ICH Q12 “Technical and Regulatory Considerations for Pharmaceutical Product Lifecycle Management” was adopted by the ICH in Singapore, which means Q12 is now in Stage 5, Implementation. Implementation should be interesting as concepts like “established conditions” and “product lifecycle management” which sit at the core of Q12 are still open for interpretation as Q12 is implemented in specific regulatory markets.

And then, to end the month, PIC/S published draft 1 of PI 054-1 “Recommendation on How to Evaluate / Demonstrate the Effectiveness of a Pharmaceutical Quality System in relation to Risk-based Change Management.”

This draft guidance is now in a review period by regulatory agencies. Which means no public comments, but it will be applied on a 6-month trial basis by PIC/S participating authorities, which include the US Food and Drug Administration and other regulators across Europe, Australia, Canada, South Africa, Turkey, Iran, Argentina and more.

This document is aligned to ICH Q10, and there should be few surprised in this. Given PIC/S concern that “ongoing continual improvement has probably not been realised to a meaningful extent.

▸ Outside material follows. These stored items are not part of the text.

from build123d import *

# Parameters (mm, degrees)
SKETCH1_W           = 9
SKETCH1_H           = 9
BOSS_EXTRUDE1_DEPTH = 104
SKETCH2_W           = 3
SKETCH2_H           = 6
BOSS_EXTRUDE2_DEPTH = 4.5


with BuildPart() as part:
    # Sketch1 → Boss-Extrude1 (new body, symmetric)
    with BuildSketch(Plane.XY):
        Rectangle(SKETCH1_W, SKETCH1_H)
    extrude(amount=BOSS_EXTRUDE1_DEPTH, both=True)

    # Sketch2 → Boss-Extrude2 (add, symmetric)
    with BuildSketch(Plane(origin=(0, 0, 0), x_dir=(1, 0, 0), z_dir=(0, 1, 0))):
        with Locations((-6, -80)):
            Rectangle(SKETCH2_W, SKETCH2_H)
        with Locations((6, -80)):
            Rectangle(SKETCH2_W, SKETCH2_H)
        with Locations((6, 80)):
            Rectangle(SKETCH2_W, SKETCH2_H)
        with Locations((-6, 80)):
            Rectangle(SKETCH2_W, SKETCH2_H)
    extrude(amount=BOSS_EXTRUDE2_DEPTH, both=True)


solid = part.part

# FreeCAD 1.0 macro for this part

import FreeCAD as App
import Part
import Sketcher

V = App.Vector

doc = App.newDocument("Part")
body = doc.addObject("PartDesign::Body", "Body")

# Sketch on XY plane
sketch1 = body.newObject("Sketcher::SketchObject", "Sketch")
sketch1.AttachmentSupport = (doc.getObject("XY_Plane"), [""])
sketch1.MapMode = "FlatFace"
sketch1.addGeometry([
    Part.LineSegment(V(-4, 4, 0), V(-4, -4, 0)),
    Part.LineSegment(V(-4, -4, 0), V(4, -4, 0)),
    Part.LineSegment(V(4, -4, 0), V(4, 4, 0)),
    Part.LineSegment(V(4, 4, 0), V(-4, 4, 0)),
], False)
sketch1.addConstraint([
    Sketcher.Constraint("Coincident", 0, 2, 1, 1),
    Sketcher.Constraint("Coincident", 1, 2, 2, 1),
    Sketcher.Constraint("Coincident", 2, 2, 3, 1),
    Sketcher.Constraint("Coincident", 3, 2, 0, 1),
    Sketcher.Constraint("Vertical", 0),
    Sketcher.Constraint("Horizontal", 1),
    Sketcher.Constraint("Vertical", 2),
    Sketcher.Constraint("Horizontal", 3),
    Sketcher.Constraint("Symmetric", 0, 2, 2, 2, -1, 1),
    Sketcher.Constraint("Equal", 3, 0),
    Sketcher.Constraint("DistanceX", 1, 1, 1, 2, 9.0),
])
pad1 = body.newObject("PartDesign::Pad", "Pad")
pad1.Profile = sketch1
pad1.Length = 208
pad1.Midplane = True

# Sketch on XZ plane
sketch2 = body.newObject("Sketcher::SketchObject", "Sketch001")
sketch2.AttachmentSupport = (doc.getObject("XZ_Plane"), [""])
sketch2.MapMode = "FlatFace"
sketch2.addGeometry([
    Part.LineSegment(V(-7.5, 77, 0), V(-7.5, 83, 0)),  # 0
    Part.LineSegment(V(-7.5, 83, 0), V(-4.5, 83, 0)),  # 1
    Part.LineSegment(V(-4.5, 83, 0), V(-4.5, 77, 0)),  # 2
    Part.LineSegment(V(-4.5, 77, 0), V(-7.5, 77, 0)),  # 3
    Part.LineSegment(V(4.5, 77, 0), V(4.5, 83, 0)),  # 4
    Part.LineSegment(V(4.5, 83, 0), V(7.5, 83, 0)),  # 5
    Part.LineSegment(V(7.5, 83, 0), V(7.5, 77, 0)),  # 6
    Part.LineSegment(V(7.5, 77, 0), V(4.5, 77, 0)),  # 7
    Part.LineSegment(V(4.5, -83, 0), V(4.5, -77, 0)),  # 8
    Part.LineSegment(V(4.5, -77, 0), V(7.5, -77, 0)),  # 9
    Part.LineSegment(V(7.5, -77, 0), V(7.5, -83, 0)),  # 10
    Part.LineSegment(V(7.5, -83, 0), V(4.5, -83, 0)),  # 11
    Part.LineSegment(V(-7.5, -83, 0), V(-7.5, -77, 0)),  # 12
    Part.LineSegment(V(-7.5, -77, 0), V(-4.5, -77, 0)),  # 13
    Part.LineSegment(V(-4.5, -77, 0), V(-4.5, -83, 0)),  # 14
    Part.LineSegment(V(-4.5, -83, 0), V(-7.5, -83, 0)),  # 15
], False)
sketch2.addConstraint([
    Sketcher.Constraint("Coincident", 0, 2, 1, 1),
    Sketcher.Constraint("Coincident", 1, 2, 2, 1),
    Sketcher.Constraint("Coincident", 2, 2, 3, 1),
    Sketcher.Constraint("Coincident", 3, 2, 0, 1),
    Sketcher.Constraint("Coincident", 4, 2, 5, 1),
    Sketcher.Constraint("Coincident", 5, 2, 6, 1),
    Sketcher.Constraint("Coincident", 6, 2, 7, 1),
    Sketcher.Constraint("Coincident", 7, 2, 4, 1),
    Sketcher.Constraint("Coincident", 8, 2, 9, 1),
    Sketcher.Constraint("Coincident", 9, 2, 10, 1),
    Sketcher.Constraint("Coincident", 10, 2, 11, 1),
    Sketcher.Constraint("Coincident", 11, 2, 8, 1),
    Sketcher.Constraint("Coincident", 12, 2, 13, 1),
    Sketcher.Constraint("Coincident", 13, 2, 14, 1),
    Sketcher.Constraint("Coincident", 14, 2, 15, 1),
    Sketcher.Constraint("Coincident", 15, 2, 12, 1),
    Sketcher.Constraint("Vertical", 0),
    Sketcher.Constraint("Horizontal", 1),
    Sketcher.Constraint("Vertical", 2),
    Sketcher.Constraint("Horizontal", 3),
    Sketcher.Constraint("Vertical", 4),
    Sketcher.Constraint("Horizontal", 5),
    Sketcher.Constraint("Vertical", 6),
    Sketcher.Constraint("Horizontal", 7),
    Sketcher.Constraint("Vertical", 8),
    Sketcher.Constraint("Horizontal", 9),
    Sketcher.Constraint("Vertical", 10),
    Sketcher.Constraint("Horizontal", 11),
    Sketcher.Constraint("Vertical", 12),
    Sketcher.Constraint("Horizontal", 13),
    Sketcher.Constraint("Vertical", 14),
    Sketcher.Constraint("Horizontal", 15),
    Sketcher.Constraint("Symmetric", 2, 2, 8, 2, -1, 1),
    Sketcher.Constraint("Symmetric", 0, 2, 10, 2, -1, 1),
    Sketcher.Constraint("Symmetric", 6, 2, 12, 2, -1, 1),
    Sketcher.Constraint("Symmetric", 4, 2, 14, 2, -1, 1),
    Sketcher.Constraint("Symmetric", 1, 2, 4, 2, -2),
    Sketcher.Constraint("Symmetric", 3, 2, 6, 2, -2),
    Sketcher.Constraint("DistanceX", 1, 1, 1, 2, 3.0),
    Sketcher.Constraint("DistanceY", 0, 1, 0, 2, 6.0),
    Sketcher.Constraint("DistanceY", -1, 1, 0, 2, 83.0),
    Sketcher.Constraint("DistanceX", 1, 2, 4, 2, 9.0),
])
pad2 = body.newObject("PartDesign::Pad", "Pad001")
pad2.Profile = sketch2
pad2.Length = 9
pad2.Midplane = True

doc.recompute()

The PIC/S QRM Expert Circle, being well-placed to focus on the QRM concepts of the GMPs and of ICH Q10, is seeking to train GMP inspectors on what a good risk-based change management system can look like within the PQS, and how to assess the level of effectiveness of the PQS in this area” it is a good idea to start aligning to be ahead of the curve.

“Changes typically have an impact assessment performed within the change control system. However, an impact assessment is often not as comprehensive as a risk assessment for the proposed change.”

This is a critical thing that agencies have been discussing for years. There are a few key takeaways.

The difference between impact and risk is critical. Impact is best thought of as “What do I need to do to make the change.” Risk is “What could go wrong in making this change?” Impact focuses on assessing the impact of the proposed change on various things such as on current documentation, equipment cleaning processes, equipment qualification, process validation, training, etc. While these things are very important to assess, asking the question about what might go wrong is also important as it is an opportunity for companies to try to prevent problems that might be associated with the proposed change after its implementation.
This 8 page document is really focusing on the absence of clear links between risk assessments, proposed control strategies and the design of validation protocols.
The guidance is very concerned about appropriately classifying changes and using product data to drive decisions. While not specifying it in so many words, one of the first things that popped to my mind was around how we designate changes as like-for-like in the absence of supporting data. Changes that are assigned a like-for-like classification are often not risk-assessed, and are awarded limited oversight from a GMP perspective. These can sometimes result in major problems for companies, and one that I think people are way to quick to rush to.

Much of my thoughts on implementing this can be found in my presentation on change management and change control.

It is fascinating to look at appendix 1, which really lays out some critical goals of this draft guidance: better risk management, real time release, and innovative approaches to process validation. This is sort of the journey we are all on.